Now an interesting way to date yourself is if you have
a "cringe reflex" when you see:

>>> halfoctas = [sum(manylayers[0:x]) for x in range(1,21)]

when you realize the *same totals* are starting over for
every member of the list, i.e. we're not capitalizing on having
already added 18 numbers, when going to the 19th -- we
start all over.  What a waste of perfectly good ADDs, right?

If you're old school assembler with limited RAM (8K sound
like a lot?) your reflex will be to cache those totals and run
screaming from any VHLL (very high level language) that
doesn't mirror your sense of memory/clock economy.

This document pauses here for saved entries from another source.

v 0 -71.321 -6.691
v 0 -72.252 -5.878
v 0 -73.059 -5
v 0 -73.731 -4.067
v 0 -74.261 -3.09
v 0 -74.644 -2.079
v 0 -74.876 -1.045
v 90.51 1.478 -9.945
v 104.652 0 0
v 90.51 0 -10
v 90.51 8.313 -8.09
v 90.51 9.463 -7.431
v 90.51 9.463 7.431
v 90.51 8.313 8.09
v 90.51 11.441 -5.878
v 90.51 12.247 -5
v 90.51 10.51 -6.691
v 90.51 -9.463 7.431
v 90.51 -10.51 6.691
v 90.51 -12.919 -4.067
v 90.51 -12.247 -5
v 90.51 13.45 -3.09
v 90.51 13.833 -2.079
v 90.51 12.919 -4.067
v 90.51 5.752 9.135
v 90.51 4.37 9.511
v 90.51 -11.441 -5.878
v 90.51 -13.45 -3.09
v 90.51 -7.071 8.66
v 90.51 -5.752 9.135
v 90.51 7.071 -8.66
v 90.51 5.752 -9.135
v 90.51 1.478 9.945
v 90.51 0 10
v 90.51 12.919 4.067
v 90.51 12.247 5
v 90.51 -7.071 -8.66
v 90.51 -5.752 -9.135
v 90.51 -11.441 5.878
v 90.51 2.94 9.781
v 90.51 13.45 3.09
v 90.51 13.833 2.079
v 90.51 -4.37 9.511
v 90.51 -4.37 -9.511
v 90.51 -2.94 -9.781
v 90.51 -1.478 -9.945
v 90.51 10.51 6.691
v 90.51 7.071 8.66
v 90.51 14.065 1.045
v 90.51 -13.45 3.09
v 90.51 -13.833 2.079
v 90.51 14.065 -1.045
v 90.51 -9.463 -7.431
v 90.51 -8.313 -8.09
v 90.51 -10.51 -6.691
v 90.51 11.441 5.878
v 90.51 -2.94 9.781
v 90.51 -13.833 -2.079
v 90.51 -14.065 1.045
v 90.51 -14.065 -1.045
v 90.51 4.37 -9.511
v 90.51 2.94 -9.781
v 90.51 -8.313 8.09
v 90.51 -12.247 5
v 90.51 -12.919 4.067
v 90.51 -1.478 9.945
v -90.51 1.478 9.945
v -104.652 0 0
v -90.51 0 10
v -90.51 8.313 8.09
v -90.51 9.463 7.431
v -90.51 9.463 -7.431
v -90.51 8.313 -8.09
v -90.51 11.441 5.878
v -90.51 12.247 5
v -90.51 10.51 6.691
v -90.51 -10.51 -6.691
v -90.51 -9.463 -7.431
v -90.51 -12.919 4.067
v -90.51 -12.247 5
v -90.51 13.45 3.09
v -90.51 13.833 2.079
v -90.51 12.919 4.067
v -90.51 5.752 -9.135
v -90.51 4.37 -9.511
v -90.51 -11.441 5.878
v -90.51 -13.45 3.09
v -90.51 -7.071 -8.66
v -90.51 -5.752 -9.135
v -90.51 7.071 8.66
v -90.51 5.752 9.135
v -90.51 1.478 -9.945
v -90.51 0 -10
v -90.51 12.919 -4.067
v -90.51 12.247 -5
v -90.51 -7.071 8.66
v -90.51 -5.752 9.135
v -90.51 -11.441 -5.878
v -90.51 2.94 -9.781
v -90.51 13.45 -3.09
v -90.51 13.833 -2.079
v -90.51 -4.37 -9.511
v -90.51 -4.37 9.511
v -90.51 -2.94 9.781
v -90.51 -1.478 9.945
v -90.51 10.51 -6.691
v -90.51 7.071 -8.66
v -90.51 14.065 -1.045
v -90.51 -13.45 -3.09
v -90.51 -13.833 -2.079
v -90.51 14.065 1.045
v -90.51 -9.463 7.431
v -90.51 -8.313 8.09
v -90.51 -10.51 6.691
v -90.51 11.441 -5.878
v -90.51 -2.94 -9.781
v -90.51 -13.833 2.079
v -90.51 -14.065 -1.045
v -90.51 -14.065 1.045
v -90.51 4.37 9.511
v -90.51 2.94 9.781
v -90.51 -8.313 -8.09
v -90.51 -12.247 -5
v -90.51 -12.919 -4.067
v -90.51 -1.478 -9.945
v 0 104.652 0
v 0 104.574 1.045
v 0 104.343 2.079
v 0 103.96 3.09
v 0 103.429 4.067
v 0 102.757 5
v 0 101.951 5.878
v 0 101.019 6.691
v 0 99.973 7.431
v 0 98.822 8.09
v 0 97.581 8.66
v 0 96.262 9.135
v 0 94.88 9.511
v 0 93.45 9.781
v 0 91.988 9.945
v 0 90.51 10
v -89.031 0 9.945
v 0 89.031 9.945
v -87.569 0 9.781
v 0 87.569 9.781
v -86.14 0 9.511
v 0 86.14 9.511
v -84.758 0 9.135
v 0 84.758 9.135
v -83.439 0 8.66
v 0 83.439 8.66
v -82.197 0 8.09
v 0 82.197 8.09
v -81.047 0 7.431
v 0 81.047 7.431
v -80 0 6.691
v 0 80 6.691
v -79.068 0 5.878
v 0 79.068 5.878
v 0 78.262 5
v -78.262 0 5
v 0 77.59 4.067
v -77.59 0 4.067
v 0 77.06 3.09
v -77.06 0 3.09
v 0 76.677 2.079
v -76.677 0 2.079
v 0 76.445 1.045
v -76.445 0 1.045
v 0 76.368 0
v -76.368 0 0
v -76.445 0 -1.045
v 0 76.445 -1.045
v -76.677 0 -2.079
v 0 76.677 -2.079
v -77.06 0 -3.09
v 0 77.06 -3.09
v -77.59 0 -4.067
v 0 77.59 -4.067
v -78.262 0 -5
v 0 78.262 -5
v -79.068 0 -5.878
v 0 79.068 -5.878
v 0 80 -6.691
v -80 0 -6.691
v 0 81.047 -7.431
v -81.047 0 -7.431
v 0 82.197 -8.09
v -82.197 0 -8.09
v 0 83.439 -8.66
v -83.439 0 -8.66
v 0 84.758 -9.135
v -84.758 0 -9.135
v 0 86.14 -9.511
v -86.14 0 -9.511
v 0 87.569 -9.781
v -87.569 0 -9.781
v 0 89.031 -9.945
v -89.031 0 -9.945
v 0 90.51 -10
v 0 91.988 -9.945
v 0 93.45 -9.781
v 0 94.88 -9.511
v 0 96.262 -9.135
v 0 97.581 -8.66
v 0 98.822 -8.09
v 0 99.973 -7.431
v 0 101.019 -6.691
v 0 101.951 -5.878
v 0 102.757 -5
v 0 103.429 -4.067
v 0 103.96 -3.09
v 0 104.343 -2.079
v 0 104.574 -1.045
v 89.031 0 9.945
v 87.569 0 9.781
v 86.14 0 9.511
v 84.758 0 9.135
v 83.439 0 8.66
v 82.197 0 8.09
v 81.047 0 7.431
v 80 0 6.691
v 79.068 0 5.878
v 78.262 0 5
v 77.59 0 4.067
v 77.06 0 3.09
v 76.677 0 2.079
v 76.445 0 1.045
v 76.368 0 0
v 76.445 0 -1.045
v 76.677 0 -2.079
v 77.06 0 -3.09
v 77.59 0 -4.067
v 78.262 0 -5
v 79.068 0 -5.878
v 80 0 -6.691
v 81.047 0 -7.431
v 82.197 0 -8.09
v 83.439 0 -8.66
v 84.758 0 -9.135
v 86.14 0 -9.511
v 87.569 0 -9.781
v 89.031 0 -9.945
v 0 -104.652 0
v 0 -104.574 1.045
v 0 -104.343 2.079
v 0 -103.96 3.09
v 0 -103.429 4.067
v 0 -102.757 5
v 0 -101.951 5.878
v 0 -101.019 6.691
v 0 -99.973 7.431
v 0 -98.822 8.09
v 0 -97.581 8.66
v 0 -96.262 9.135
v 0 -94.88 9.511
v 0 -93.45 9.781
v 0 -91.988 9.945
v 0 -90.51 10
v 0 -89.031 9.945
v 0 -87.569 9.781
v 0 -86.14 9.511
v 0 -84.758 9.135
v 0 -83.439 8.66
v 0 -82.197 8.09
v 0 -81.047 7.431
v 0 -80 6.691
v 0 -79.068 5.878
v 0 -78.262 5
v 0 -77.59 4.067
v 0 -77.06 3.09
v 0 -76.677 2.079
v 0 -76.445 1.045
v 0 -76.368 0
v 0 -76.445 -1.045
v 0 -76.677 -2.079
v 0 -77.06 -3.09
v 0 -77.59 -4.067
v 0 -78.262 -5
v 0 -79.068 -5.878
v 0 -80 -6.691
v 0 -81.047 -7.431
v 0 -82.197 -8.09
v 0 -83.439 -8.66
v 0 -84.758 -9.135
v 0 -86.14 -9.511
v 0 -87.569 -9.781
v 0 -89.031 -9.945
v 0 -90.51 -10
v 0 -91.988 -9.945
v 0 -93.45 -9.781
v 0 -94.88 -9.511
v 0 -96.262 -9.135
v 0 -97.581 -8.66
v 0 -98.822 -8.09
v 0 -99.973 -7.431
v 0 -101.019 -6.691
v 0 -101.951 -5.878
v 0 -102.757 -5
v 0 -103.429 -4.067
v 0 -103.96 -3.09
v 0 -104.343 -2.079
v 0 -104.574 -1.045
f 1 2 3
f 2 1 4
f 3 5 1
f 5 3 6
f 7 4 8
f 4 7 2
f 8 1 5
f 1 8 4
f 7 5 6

But in Python, is in other VHLLs such as J, it's economy
of syntax, and therefore conceptual economy in the
programmer's own brain, that we're seeking, less so a
perfectly optimized fleet of electrons through the CPU's
adder.

We waste "clock cycles" with wild abandon, because most
computers just sit there wasting clock cycles anyway -- that's
what they have, in magnificent abundance (*way* too much
time on their hands).

Programmers, on the other hand, have busy lives and need to
get on with learning their sums.  List comprehension syntax
is easy to master and any decent Python course gets into it
quickly (within the first hour, during an overview pass?).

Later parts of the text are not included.